In my next layout i tray something more difficult(more species, more details, smaller plants groups) .

Aha...my "Speedy Gonzales"


----------



## Piscesgirl (Feb 25, 2004)

I love 'Speedy' but I guess he isn't able to get at the algae that's growing on his own shell -- hehe. I wonder if that drives him crazy? Like the itch one can't reach? hehe.


----------



## Norbert Sabat (Jun 26, 2004)

Piscesgirl said:


> I guess he isn't able to get at the algae that's growing on his own shell -- hehe. I wonder if that drives him crazy?
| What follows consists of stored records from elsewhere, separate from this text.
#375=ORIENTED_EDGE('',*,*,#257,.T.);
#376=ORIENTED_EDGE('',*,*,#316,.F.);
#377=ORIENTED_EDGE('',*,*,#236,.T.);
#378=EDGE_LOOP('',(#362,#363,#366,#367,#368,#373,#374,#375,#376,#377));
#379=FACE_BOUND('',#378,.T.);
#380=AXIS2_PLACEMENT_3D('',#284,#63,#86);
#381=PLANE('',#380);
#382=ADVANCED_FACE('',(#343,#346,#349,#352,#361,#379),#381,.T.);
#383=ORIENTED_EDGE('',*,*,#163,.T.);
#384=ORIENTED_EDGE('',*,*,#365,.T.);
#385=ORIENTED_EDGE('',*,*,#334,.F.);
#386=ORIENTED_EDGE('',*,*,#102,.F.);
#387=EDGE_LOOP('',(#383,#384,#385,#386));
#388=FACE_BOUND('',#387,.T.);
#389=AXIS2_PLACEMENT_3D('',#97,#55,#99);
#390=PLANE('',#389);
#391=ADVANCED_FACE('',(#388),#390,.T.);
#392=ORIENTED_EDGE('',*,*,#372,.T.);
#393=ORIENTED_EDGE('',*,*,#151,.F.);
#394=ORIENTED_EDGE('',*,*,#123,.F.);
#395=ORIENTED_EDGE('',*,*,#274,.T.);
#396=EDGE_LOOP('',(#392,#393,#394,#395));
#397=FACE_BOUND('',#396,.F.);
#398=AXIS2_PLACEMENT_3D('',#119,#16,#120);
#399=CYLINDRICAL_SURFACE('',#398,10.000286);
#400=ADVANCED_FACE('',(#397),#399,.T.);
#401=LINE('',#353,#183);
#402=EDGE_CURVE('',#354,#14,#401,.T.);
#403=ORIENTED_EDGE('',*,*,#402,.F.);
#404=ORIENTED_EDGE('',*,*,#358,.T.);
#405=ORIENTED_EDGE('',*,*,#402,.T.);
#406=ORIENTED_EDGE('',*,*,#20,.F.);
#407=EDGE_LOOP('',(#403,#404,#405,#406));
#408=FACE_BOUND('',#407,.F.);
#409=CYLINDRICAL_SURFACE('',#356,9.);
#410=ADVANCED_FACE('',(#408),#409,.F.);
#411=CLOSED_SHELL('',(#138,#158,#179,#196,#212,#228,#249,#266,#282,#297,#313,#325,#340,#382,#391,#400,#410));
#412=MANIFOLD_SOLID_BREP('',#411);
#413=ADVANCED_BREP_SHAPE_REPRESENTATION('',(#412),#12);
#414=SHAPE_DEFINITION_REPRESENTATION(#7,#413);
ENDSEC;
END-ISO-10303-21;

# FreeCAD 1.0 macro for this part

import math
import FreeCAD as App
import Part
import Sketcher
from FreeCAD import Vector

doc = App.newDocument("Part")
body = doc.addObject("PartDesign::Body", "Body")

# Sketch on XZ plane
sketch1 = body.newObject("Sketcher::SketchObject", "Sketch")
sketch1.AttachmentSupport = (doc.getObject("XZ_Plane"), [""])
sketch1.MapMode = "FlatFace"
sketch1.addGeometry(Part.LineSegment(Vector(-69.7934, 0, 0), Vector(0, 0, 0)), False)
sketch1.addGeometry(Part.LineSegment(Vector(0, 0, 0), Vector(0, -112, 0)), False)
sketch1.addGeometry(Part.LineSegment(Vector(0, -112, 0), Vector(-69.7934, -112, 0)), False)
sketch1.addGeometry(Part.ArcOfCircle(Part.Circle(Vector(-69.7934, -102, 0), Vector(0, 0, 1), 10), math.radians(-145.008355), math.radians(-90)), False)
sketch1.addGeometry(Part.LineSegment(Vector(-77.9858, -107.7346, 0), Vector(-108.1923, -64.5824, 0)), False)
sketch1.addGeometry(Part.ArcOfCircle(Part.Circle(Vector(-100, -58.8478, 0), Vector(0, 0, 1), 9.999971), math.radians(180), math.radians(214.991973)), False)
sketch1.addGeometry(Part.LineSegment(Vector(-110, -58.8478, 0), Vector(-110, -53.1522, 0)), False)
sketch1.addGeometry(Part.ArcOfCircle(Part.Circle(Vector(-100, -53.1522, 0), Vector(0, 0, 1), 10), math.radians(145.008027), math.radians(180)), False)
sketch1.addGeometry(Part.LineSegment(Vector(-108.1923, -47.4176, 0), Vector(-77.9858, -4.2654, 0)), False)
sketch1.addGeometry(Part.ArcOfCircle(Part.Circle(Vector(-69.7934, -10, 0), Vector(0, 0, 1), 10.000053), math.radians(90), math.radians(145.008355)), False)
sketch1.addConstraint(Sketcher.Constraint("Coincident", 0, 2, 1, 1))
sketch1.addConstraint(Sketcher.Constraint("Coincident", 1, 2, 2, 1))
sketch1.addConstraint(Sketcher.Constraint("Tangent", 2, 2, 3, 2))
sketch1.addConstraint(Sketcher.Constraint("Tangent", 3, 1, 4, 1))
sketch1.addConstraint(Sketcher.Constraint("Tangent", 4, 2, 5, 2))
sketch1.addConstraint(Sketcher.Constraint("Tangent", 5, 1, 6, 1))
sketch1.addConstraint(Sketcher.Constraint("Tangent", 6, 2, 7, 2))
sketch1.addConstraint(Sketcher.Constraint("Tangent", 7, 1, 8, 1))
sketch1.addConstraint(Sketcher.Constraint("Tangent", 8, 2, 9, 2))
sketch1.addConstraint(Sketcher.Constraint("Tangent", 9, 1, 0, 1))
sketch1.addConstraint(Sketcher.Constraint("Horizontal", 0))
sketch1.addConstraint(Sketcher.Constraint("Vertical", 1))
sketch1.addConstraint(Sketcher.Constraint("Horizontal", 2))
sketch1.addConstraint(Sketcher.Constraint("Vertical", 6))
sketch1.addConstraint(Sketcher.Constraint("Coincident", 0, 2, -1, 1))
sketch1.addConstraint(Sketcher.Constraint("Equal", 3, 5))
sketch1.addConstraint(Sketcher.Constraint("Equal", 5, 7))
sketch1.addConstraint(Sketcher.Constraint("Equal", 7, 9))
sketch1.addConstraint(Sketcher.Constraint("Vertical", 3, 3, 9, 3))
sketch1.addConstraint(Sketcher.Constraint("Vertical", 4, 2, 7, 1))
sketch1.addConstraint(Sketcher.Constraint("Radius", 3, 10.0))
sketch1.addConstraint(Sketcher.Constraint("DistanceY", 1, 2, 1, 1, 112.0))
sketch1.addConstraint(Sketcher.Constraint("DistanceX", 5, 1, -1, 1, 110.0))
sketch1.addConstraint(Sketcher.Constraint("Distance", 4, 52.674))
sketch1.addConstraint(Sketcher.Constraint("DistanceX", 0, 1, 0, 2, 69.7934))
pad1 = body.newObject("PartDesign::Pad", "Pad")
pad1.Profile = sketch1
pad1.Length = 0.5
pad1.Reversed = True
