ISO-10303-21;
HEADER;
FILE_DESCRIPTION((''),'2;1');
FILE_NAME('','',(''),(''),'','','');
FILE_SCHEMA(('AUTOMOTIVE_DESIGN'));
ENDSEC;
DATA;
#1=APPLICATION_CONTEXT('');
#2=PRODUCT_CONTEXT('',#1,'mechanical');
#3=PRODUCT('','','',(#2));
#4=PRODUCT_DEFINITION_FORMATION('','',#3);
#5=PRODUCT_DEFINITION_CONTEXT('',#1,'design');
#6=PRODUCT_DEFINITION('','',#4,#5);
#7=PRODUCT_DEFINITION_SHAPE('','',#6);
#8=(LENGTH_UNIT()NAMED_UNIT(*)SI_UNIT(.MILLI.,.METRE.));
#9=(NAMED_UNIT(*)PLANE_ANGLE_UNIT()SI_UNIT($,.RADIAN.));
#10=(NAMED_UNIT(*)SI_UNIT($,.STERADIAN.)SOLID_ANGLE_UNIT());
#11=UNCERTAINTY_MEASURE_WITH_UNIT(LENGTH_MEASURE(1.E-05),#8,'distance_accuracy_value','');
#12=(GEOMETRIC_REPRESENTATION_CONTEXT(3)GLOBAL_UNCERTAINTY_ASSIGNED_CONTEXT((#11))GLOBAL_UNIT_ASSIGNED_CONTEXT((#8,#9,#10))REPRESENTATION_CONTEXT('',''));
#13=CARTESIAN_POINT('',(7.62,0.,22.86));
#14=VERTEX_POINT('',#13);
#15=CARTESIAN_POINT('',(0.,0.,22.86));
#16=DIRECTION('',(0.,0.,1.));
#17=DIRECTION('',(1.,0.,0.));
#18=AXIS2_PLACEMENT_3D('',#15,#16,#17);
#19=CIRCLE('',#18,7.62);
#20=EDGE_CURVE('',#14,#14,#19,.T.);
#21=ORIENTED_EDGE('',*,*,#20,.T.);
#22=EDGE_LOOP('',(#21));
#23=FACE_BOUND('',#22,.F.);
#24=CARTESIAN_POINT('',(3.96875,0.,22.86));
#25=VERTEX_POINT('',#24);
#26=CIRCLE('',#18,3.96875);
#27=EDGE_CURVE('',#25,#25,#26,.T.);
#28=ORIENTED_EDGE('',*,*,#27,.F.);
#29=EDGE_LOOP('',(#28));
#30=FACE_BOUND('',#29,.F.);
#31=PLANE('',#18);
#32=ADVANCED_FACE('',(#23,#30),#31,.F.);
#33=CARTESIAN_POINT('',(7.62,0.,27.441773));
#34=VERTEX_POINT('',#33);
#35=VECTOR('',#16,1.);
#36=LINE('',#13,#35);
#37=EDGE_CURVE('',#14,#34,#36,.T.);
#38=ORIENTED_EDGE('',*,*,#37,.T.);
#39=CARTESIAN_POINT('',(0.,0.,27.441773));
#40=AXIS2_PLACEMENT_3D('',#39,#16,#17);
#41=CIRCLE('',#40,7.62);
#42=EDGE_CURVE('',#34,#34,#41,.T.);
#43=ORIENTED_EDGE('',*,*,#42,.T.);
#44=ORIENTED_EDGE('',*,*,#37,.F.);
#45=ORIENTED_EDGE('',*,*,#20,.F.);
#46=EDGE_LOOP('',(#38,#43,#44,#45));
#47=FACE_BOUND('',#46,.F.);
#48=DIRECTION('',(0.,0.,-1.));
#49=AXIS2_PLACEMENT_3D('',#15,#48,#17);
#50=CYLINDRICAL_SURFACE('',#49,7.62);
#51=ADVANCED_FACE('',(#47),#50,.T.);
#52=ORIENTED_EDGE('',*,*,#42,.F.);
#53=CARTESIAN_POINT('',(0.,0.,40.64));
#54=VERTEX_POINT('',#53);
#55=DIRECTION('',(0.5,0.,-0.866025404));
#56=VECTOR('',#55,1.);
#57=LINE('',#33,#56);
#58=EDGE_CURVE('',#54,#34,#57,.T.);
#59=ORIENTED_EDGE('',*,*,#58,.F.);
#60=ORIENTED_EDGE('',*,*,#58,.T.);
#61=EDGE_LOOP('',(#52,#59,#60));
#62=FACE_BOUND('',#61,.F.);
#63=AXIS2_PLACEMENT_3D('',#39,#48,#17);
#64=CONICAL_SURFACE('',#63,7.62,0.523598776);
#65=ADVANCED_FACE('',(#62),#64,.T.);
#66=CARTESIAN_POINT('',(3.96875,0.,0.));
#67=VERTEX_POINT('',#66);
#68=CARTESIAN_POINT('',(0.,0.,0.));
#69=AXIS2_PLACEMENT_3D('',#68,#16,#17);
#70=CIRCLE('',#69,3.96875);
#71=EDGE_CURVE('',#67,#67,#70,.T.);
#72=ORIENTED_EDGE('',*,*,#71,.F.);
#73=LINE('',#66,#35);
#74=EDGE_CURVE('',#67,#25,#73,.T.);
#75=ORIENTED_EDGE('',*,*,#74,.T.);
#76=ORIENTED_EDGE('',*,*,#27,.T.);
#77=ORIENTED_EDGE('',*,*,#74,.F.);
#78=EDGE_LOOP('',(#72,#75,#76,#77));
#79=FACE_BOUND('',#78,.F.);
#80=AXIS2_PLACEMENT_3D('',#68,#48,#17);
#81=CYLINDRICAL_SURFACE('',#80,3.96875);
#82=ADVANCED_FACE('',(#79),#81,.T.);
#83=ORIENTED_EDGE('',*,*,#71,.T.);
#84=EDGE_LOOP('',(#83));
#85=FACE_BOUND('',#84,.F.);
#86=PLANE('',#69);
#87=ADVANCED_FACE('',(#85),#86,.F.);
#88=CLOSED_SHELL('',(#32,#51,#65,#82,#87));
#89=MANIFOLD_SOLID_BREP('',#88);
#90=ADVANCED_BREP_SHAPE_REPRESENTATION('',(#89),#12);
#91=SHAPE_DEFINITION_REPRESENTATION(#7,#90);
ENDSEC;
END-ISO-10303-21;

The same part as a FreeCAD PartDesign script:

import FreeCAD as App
import Part
import Sketcher
from FreeCAD import Vector
Q = App.Units.Quantity


def edges_at(feature, points):
    """Names of the edges that pass closest to the given points."""
    edges = feature.Shape.Edges
    near = lambda p: min(range(len(edges)), key=lambda i: edges[i].distToShape(Part.Vertex(*p))[0])
    return sorted({f"Edge{near(p) + 1}" for p in points})

doc = App.newDocument("Part")
params = doc.addObject("Spreadsheet::Sheet", "Params")
for row, (alias, value) in enumerate([
    ("sketch1_diameter", "0.3125 in"),
    ("pad1_length", "0.9 in"),
    ("sketch2_diameter", "0.6 in"),
    ("pad2_length", "0.7 in"),
    ("chamfer_size", "0.3 in"),
    ("chamfer_size2", "13.198227 mm"),
], start=1):
    params.set(f"A{row}", alias)
    params.set(f"B{row}", "=" + value)
    params.setAlias(f"B{row}", alias)

body = doc.addObject("PartDesign::Body", "Body")

# Sketch on XY plane
sketch1 = doc.addObject("Sketcher::SketchObject", "Sketch")
body.addObject(sketch1)
sketch1.AttachmentSupport = (doc.XY_Plane, [""])
sketch1.MapMode = "FlatFace"
sketch1.addGeometry(Part.Circle(Vector(0, 0, 0), Vector(0, 0, 1), 4), False)
sketch1.addConstraint([
    Sketcher.Constraint("Coincident", 0, 3, -1, 1),
    Sketcher.Constraint("Diameter", 0, Q("0.3125 in")),
])
sketch1.setExpression("Constraints[1]", "Params.sketch1_diameter")
pad1 = doc.addObject("PartDesign::Pad", "Pad")
body.addObject(pad1)
pad1.Profile = sketch1
pad1.setExpression("Length", "Params.pad1_length")

# Sketch on XY plane
sketch2 = doc.addObject("Sketcher::SketchObject", "Sketch001")
body.addObject(sketch2)
sketch2.AttachmentSupport = (doc.XY_Plane, [""])
sketch2.MapMode = "FlatFace"
sketch2.AttachmentOffset = App.Placement(Vector(0, 0, 0.9 * 25.4), App.Rotation())
sketch2.addGeometry(Part.Circle(Vector(0, 0, 0), Vector(0, 0, 1), 8), False)
sketch2.addConstraint([
    Sketcher.Constraint("Coincident", 0, 3, -1, 1),
    Sketcher.Constraint("Diameter", 0, Q("0.6 in")),
])
sketch2.setExpression("Constraints[1]", "Params.sketch2_diameter")
pad2 = doc.addObject("PartDesign::Pad", "Pad001")
body.addObject(pad2)
pad2.Profile = sketch2
pad2.setExpression("Length", "Params.pad2_length")
doc.recompute()

chamfer = doc.addObject("PartDesign::Chamfer", "Chamfer")
body.addObject(chamfer)
chamfer.Base = (pad2, edges_at(pad2, [(-7.62, 0, 40.64)]))
chamfer.ChamferType = "Two distances"
chamfer.setExpression("Size", "Params.chamfer_size")
chamfer.setExpression("Size2", "Params.chamfer_size2")
chamfer.FlipDirection = True

doc.recompute()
Hehe. Sometimes otocinclus clean his shell but i think that must buy him (speedy) some friends


----------



## turtlehead (Nov 27, 2004)

Norbert, I really envy you, your layouts are always well though out and you have some much time to get you tanks done. Very nice.


----------



## magicmagni (Aug 19, 2004)

Nice work. I have to say that every tank that you have presented has been an A+ in my opinion. There is something about this simplicity you present. It is really "clean." You say it's simple, but I don't think it's as simple as it looks.


----------



## richy (Nov 8, 2004)

Nice arrangement. Melikes! If only I had the patience to set up something like that...



Piscesgirl said:


> I love 'Speedy' but I guess he isn't able to get at the algae that's growing on his own shell -- hehe. I wonder if that drives him crazy? Like the itch one can't reach? hehe.


My amanos and tigers would make toast of that algae on the shell. It's interesting sometimes to watch them harass the heck out of the ramshorn snails. The literally pick at their flesh and oft times their shells. =)


----------



## Phil Edwards (Jan 22, 2004)

Yet another great one Norbert! Your aquascapes are inspirational for me. Simplicity of design really appeals to me and you don't ever seem to use more than you need to accomplish what you do. Now that we can grow just about anything we want it's hard to keep ourselves from using more plants than we really need. Well done.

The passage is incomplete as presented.